Punahou has sturdy Duke Clemens on the block, surrounded by 6-foot slashers and one deadly 3-point weapon: Chris Kobayashi. He might be the best catch-and-shoot triggerman in the islands. The rest of the Buffanblu can hit from deep, but they’ll be covered more than, say, Hogland’s teammates will be. Clemens is a beast against typical defenders, but against Fotu or Avea, or even Kahuku’s 6-4 post Taimona Wright, he is likely to have single coverage.
Maryknoll has a couple of posts in Jaylen Cain and Kaulana Schmidt who rely on mid-range drives and great footwork near the rim, but neither is going to draw a double team on the block if and when the Spartans play Kahuku. Of all the teams in the ILH, and the state, the Spartans have one of the best 3-point shooting crews with Isiah Gelacio, Jordyn Perez and more.
And that’s where this comes full circle. Kahuku is not a good 3-point shooting team, though Akana was quite a mad bomber in his playing days. Defenses tend to go zone against Kahuku, which is patient with the ball on most possessions. Villa provides two major components: He has 3-point accuracy out to NBA range, and he can slash to the basket to score or pass as well as anyone statewide against man defense.
He has an alpha-dog mentality on offense, pushing the pace and getting his team in high gear from start to finish. He doesn’t just take contact; he is willing to force a defense to collapse on him. It’s a high-risk approach that has worked in terms of his health. He hasn’t had a major injury despite all the contact on his 6-foot frame.
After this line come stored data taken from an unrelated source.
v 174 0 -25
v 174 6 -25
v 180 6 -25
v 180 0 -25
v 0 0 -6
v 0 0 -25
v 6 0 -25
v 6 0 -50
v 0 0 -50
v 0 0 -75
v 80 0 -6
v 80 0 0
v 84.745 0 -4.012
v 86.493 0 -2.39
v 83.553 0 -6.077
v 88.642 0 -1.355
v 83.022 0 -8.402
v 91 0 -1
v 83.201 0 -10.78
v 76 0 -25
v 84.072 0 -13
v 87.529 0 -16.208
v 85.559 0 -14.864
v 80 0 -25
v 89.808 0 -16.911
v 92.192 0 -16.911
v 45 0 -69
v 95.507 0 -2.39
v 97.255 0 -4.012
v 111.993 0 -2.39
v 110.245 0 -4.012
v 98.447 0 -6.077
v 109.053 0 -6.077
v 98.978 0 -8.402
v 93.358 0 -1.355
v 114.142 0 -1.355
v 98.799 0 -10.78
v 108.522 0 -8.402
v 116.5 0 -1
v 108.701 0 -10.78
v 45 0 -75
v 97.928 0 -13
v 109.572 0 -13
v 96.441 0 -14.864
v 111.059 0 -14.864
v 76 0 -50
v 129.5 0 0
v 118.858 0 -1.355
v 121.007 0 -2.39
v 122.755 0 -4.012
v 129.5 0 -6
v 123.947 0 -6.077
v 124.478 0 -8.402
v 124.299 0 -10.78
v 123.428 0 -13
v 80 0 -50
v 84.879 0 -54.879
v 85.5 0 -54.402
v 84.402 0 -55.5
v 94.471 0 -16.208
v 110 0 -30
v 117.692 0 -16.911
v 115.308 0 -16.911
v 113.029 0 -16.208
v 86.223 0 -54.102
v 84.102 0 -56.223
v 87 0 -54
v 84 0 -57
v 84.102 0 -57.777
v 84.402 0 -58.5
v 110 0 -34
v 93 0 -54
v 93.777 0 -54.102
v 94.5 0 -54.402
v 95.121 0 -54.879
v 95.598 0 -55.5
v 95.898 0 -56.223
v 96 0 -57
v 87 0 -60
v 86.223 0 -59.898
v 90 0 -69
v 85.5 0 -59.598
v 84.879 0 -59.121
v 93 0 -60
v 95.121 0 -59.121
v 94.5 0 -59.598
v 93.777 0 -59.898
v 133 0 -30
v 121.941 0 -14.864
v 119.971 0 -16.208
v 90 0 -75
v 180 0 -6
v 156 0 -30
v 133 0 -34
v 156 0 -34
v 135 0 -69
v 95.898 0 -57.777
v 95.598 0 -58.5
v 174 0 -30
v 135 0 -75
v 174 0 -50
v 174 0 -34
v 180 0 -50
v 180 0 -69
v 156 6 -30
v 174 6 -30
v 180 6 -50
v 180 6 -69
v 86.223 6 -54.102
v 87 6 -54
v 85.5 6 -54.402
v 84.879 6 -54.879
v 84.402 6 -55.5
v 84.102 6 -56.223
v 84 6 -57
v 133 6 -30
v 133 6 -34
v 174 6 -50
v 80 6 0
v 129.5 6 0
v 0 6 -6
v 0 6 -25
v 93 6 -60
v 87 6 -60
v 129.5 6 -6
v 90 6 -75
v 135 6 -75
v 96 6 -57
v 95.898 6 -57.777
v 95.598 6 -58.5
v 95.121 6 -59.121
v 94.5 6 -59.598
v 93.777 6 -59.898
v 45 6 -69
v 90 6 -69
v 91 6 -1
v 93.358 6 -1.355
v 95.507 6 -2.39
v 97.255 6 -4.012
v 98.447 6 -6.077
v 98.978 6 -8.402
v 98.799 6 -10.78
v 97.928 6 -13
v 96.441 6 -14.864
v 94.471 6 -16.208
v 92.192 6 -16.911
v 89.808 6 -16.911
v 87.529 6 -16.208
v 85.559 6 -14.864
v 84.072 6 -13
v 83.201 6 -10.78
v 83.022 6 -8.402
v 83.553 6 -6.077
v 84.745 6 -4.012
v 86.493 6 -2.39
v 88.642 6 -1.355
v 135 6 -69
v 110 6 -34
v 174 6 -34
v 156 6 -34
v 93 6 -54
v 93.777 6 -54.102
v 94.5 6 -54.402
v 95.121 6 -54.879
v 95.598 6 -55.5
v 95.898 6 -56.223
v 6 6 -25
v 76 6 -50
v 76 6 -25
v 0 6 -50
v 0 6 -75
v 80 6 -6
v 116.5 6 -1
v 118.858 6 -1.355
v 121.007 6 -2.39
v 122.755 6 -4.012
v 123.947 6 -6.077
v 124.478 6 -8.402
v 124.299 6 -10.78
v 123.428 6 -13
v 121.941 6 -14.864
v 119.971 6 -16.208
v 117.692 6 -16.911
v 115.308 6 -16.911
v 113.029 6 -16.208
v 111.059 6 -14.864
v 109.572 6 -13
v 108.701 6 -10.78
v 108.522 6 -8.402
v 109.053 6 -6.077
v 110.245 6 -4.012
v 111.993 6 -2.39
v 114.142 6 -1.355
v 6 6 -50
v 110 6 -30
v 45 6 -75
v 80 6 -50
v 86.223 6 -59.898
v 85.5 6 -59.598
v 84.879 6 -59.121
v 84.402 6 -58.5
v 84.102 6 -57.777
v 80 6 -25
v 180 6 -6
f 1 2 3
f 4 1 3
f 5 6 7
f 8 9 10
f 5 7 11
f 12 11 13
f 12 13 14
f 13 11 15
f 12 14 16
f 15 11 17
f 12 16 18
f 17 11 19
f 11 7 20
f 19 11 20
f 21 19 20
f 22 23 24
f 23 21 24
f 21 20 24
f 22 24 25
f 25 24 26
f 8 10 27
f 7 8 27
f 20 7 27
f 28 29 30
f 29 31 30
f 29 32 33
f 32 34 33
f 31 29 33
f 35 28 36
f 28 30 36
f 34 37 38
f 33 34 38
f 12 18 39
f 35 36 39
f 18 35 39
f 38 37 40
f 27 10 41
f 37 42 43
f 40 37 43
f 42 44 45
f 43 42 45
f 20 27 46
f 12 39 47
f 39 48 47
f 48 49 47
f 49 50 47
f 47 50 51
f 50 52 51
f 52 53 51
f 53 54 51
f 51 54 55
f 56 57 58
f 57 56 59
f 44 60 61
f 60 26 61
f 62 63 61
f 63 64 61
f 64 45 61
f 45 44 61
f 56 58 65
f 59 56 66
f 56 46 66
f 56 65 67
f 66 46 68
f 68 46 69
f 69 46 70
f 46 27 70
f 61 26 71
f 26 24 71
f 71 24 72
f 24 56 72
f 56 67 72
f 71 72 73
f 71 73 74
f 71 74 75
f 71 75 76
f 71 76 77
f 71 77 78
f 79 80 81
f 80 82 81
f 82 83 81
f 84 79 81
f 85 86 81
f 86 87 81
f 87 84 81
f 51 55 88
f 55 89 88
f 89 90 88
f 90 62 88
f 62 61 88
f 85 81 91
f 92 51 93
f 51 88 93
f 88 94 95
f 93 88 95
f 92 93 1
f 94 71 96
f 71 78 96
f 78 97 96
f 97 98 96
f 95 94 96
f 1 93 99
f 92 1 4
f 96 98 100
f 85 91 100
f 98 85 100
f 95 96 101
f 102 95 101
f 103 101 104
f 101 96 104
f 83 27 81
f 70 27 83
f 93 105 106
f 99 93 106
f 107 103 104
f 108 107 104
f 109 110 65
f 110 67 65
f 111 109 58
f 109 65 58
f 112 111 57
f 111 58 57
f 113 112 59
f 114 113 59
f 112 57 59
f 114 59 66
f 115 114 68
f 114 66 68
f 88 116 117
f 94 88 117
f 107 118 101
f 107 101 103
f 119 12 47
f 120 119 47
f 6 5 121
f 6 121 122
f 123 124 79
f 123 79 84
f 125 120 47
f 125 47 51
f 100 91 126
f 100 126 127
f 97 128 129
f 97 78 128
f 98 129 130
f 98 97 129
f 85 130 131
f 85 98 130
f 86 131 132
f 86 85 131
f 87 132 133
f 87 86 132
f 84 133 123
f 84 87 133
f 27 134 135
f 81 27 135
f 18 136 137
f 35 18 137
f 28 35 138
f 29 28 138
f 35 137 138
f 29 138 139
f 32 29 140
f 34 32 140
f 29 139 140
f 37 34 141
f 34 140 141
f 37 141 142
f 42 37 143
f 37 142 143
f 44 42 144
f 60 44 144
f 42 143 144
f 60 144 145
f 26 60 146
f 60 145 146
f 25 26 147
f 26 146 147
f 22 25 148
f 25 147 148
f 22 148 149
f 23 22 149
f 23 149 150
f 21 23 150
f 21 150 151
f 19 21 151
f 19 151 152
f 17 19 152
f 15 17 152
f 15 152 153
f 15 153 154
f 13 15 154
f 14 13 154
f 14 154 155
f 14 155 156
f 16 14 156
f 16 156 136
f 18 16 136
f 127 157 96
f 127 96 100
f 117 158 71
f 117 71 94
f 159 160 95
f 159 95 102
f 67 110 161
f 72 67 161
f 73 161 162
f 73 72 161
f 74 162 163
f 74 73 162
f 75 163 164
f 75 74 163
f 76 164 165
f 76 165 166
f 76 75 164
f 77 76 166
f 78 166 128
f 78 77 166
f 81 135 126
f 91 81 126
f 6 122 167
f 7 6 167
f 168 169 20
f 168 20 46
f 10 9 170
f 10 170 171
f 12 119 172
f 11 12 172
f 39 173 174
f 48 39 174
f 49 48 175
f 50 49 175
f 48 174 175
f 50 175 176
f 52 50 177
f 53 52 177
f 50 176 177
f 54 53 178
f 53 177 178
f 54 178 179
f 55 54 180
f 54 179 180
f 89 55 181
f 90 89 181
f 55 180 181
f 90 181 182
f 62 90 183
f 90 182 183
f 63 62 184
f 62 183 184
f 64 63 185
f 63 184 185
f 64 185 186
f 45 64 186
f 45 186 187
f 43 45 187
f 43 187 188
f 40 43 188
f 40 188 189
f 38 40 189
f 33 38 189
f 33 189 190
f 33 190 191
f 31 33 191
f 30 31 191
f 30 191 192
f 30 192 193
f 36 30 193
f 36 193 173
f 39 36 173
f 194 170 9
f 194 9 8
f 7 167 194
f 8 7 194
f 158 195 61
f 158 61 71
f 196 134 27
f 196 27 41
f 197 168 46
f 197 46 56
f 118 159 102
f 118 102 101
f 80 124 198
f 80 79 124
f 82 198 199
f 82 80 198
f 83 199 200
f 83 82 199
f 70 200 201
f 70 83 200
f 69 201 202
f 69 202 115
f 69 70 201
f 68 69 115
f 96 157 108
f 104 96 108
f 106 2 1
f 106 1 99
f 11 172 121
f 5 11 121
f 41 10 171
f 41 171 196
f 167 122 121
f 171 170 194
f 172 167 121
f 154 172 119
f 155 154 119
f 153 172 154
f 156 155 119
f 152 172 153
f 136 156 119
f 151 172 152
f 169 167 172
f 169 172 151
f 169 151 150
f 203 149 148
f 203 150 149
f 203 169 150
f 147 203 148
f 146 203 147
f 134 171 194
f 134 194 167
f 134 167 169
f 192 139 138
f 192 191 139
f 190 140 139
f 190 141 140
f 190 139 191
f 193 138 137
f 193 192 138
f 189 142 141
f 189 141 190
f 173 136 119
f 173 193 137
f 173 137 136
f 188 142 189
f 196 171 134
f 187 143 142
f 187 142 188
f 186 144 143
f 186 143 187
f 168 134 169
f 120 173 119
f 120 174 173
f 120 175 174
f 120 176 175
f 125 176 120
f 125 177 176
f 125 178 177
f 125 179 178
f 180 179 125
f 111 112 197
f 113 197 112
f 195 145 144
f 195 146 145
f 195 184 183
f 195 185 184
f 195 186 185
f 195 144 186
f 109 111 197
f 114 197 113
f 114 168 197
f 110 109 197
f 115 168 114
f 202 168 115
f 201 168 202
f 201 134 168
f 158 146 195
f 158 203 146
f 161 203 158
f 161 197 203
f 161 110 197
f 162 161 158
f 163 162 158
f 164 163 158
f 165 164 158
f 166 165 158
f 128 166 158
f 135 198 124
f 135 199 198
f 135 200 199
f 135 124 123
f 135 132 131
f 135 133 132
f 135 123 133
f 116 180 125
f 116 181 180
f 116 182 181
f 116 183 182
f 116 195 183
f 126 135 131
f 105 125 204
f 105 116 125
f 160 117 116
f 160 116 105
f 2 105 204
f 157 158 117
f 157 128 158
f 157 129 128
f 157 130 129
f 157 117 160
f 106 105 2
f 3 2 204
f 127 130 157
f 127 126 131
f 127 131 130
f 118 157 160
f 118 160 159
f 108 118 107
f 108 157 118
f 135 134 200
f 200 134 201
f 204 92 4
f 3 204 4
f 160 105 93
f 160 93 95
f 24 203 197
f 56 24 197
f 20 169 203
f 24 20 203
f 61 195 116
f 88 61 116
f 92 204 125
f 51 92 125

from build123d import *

# Parameters (mm, degrees)
SKETCH1_W           = 180
SKETCH1_H           = 75
BOSS_EXTRUDE1_DEPTH = 6
SKETCH2_W           = 23
SKETCH2_H           = 4
SKETCH2_W_2         = 24
SKETCH2_W_3         = 4
SKETCH2_H_2         = 25
CUT_EXTRUDE1_DEPTH  = 6
SKETCH3_R           = 8
SKETCH3_W           = 12
SKETCH3_H           = 6
CUT_EXTRUDE5_DEPTH  = 196.092285855
FILLET1_R           = 3
SKETCH4_W           = 44.5
SKETCH4_H           = 6
SKETCH4_W_2         = 6
SKETCH4_H_2         = 5
SKETCH4_H_3         = 16
SKETCH4_H_4         = 25
SKETCH4_W_3         = 74
SKETCH4_W_4         = 45
CUT_EXTRUDE6_DEPTH  = 196.092285855


with BuildPart() as part:
    # Sketch1 → Boss-Extrude1 (new body)
    with BuildSketch(Plane(origin=(0, 0, 0), x_dir=(1, 0, 0), z_dir=(0, 1, 0))):
        with Locations((90, 37.5)):
            Rectangle(SKETCH1_W, SKETCH1_H)
    extrude(amount=BOSS_EXTRUDE1_DEPTH)

    # Sketch2 → Cut-Extrude1 (cut)
    with BuildSketch(Plane(origin=(0, 6, 0), x_dir=(1, 0, 0), z_dir=(0, 1, 0))):
        with Locations((121.5, 32)):
            Rectangle(SKETCH2_W, SKETCH2_H)
        with Locations((168, 32)):
            Rectangle(SKETCH2_W_2, SKETCH2_H)
        with Locations((78, 37.5)):
            Rectangle(SKETCH2_W_3, SKETCH2_H_2)
    extrude(amount=-CUT_EXTRUDE1_DEPTH, mode=Mode.SUBTRACT)

    # Sketch3 → Cut-Extrude5 (cut, through all)
    with BuildSketch(Plane(origin=(0, 6, 0), x_dir=(1, 0, 0), z_dir=(0, 1, 0))):
        with Locations(Location((91, 9, 0), (0, 0, 270))):
            Circle(SKETCH3_R)
        with Locations(Location((116.5, 9, 0), (0, 0, 270))):
            Circle(SKETCH3_R)
        with Locations((90, 57)):
            Rectangle(SKETCH3_W, SKETCH3_H)
    extrude(amount=-CUT_EXTRUDE5_DEPTH, mode=Mode.SUBTRACT)

    # Fillet1
    fillet1_edges = [part.edges().sort_by_distance(p)[0] for p in [
        (96, 3, -54),
        (96, 3, -60),
        (84, 3, -54),
        (84, 3, -60),
    ]]
    fillet(fillet1_edges, radius=FILLET1_R - 0.0001)  # a hair under: the kernel refuses the full size

    # Sketch4 → Cut-Extrude6 (cut, through all)
    with BuildSketch(Plane(origin=(0, 6, 0), x_dir=(1, 0, 0), z_dir=(0, 1, 0))):
        with Locations((151.75, 3)):
            Rectangle(SKETCH4_W, SKETCH4_H)
        with Locations((177, 3)):
            Rectangle(SKETCH4_W_2, SKETCH4_H)
        with Locations((177, 27.5)):
            Rectangle(SKETCH4_W_2, SKETCH4_H_2)
        with Locations((177, 42)):
            Rectangle(SKETCH4_W_2, SKETCH4_H_3)
        with Locations((3, 37.5)):
            Rectangle(SKETCH4_W_2, SKETCH4_H_4)
        with Locations((3, 3)):
            Rectangle(SKETCH4_W_2, SKETCH4_H)
        with Locations((43, 3)):
            Rectangle(SKETCH4_W_3, SKETCH4_H)
        with Locations((157.5, 72)):
            Rectangle(SKETCH4_W_4, SKETCH4_H)
        with Locations((67.5, 72)):
            Rectangle(SKETCH4_W_4, SKETCH4_H)
    extrude(amount=-CUT_EXTRUDE6_DEPTH, mode=Mode.SUBTRACT)


solid = part.part
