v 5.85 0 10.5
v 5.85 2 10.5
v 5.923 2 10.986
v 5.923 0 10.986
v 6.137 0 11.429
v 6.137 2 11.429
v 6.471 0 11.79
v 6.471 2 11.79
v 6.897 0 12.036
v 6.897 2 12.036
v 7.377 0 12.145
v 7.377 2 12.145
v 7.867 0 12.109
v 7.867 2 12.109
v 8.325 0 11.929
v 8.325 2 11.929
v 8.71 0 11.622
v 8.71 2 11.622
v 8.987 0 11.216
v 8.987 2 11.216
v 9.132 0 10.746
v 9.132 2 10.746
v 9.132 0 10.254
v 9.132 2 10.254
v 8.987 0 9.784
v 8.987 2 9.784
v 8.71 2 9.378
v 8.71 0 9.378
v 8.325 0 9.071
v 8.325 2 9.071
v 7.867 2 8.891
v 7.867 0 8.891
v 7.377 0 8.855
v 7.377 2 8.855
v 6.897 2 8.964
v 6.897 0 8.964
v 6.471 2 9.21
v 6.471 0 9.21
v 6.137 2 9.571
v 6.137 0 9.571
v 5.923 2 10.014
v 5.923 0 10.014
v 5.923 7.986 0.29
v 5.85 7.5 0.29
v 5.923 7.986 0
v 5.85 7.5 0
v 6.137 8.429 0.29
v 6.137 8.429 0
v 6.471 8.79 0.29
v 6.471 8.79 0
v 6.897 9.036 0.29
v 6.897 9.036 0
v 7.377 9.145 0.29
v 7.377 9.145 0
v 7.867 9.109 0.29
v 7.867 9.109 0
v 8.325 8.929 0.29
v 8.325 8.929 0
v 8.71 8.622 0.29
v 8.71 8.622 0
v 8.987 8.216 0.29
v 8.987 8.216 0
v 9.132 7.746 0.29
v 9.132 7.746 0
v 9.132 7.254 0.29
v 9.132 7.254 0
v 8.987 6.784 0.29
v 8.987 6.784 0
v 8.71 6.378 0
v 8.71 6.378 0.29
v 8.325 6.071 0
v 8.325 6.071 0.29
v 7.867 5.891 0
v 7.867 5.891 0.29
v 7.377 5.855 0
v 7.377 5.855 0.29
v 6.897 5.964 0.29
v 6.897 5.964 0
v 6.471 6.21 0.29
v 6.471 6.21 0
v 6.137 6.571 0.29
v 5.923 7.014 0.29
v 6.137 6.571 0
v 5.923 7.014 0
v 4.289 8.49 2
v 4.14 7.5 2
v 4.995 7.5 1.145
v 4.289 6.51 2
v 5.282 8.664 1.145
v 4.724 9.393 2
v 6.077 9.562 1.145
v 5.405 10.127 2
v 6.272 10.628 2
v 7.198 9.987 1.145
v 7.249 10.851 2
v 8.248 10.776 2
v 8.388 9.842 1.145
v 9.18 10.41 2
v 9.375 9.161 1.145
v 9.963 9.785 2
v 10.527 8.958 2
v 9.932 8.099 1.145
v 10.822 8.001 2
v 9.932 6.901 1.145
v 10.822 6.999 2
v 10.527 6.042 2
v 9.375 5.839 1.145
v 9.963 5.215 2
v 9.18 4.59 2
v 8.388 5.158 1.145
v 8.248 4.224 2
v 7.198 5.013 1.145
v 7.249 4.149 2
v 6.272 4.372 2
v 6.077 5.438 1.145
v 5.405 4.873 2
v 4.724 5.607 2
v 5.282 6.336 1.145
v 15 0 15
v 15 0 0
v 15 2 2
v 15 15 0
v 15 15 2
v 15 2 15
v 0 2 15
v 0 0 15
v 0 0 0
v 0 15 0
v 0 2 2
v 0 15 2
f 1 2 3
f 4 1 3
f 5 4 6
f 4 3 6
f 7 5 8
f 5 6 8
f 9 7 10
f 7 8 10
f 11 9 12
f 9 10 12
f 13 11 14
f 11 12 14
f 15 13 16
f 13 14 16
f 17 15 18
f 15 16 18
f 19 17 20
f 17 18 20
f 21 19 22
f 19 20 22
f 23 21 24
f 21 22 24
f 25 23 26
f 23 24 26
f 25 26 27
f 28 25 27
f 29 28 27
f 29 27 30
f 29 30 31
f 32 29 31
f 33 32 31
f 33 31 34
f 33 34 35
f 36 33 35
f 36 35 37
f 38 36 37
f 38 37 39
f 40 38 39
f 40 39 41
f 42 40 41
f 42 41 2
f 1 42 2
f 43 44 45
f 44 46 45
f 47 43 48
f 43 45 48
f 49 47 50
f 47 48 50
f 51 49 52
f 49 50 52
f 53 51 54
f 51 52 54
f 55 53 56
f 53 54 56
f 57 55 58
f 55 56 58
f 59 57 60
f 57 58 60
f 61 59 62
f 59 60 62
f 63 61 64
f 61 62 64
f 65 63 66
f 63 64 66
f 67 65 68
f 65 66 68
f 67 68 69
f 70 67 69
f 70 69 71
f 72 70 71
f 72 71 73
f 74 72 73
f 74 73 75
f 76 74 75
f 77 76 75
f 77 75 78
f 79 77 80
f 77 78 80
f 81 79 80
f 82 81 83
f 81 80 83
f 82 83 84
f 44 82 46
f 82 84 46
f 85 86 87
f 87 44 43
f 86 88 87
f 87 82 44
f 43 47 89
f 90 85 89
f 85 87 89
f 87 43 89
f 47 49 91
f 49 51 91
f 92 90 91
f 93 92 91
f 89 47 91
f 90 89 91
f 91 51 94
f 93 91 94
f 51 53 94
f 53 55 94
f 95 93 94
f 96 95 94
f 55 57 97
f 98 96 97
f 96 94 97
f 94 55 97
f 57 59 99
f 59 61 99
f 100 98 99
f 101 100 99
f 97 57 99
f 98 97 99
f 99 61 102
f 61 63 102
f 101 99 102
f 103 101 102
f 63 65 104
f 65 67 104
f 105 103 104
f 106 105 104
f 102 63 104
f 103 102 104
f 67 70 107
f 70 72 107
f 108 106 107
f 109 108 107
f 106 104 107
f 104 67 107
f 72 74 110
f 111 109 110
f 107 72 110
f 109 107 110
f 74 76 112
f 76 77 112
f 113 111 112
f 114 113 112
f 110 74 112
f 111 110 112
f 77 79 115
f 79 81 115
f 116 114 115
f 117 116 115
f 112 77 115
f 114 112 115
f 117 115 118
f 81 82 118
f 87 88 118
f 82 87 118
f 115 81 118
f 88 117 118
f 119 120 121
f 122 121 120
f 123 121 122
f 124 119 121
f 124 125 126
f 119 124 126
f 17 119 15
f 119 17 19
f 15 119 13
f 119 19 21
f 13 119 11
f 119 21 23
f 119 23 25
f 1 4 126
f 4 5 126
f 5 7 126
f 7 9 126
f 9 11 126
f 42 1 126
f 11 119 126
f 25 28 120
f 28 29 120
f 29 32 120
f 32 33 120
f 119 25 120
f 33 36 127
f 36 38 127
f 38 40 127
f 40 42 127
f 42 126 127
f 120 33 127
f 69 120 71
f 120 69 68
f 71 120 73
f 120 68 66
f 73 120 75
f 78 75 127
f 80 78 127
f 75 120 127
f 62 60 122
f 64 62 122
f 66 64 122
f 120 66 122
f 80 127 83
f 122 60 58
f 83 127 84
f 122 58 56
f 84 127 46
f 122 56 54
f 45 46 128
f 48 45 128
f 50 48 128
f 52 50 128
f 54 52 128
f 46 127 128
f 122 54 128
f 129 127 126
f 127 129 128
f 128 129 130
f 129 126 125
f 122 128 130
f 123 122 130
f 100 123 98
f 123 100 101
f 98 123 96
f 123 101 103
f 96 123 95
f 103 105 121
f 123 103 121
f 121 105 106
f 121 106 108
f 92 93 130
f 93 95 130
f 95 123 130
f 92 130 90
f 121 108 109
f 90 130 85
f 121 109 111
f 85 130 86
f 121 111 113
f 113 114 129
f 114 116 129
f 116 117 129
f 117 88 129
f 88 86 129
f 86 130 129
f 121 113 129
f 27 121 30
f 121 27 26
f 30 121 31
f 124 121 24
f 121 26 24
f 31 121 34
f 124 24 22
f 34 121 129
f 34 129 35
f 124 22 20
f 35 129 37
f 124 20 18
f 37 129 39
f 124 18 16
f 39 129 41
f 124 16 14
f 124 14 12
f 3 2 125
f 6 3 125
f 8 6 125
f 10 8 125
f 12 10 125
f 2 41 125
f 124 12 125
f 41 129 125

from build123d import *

# Parameters (mm, degrees)
F1_DEPTH       = 15
F3_D           = 3.3
F5_D           = 3.3
F5_CSINK_D     = 6.72
F5_CSINK_ANGLE = 90


with BuildPart() as f1:
    # F0 (on Right) → F1 (new body)
    with BuildSketch(Plane.YZ):
        Polygon((0, 15), (0, 0), (15, 0), (15, 2), (2, 2), (2, 15), align=None)
    extrude(amount=F1_DEPTH)

    # F3 (through all)
    with Locations(Plane.XZ):
        with Locations((7.5, 10.5)):
            Hole(F3_D / 2)

    # F5 (through all)
    with Locations(Plane.XY.offset(2)):
        with Locations((7.5, 7.5)):
            CounterSinkHole(F5_D / 2, F5_CSINK_D / 2, counter_sink_angle=F5_CSINK_ANGLE)


solid = f1.part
When Thursday rolls around and Kahuku meets Kapolei in the OIA title game, Villa will be well rested, fully charged and bringing a motor that never turns off. Kapolei’s backcourt, Ja‘Shon Carter and Isiah Higa, is among the best in the state, handling fullcourt pressure, moving the ball, attacking gaps and, most importantly, not settling for average shots. Who will cover Villa?
I asked Villa weeks ago, if you’re drawing a lot of coverage and ended up with 15 assists, could you do it?
He paused for a moment. Fifteen assists? Fifteen buckets, very do-able. But 15 dishes? The answer, of course, was yes. That time might be coming very soon.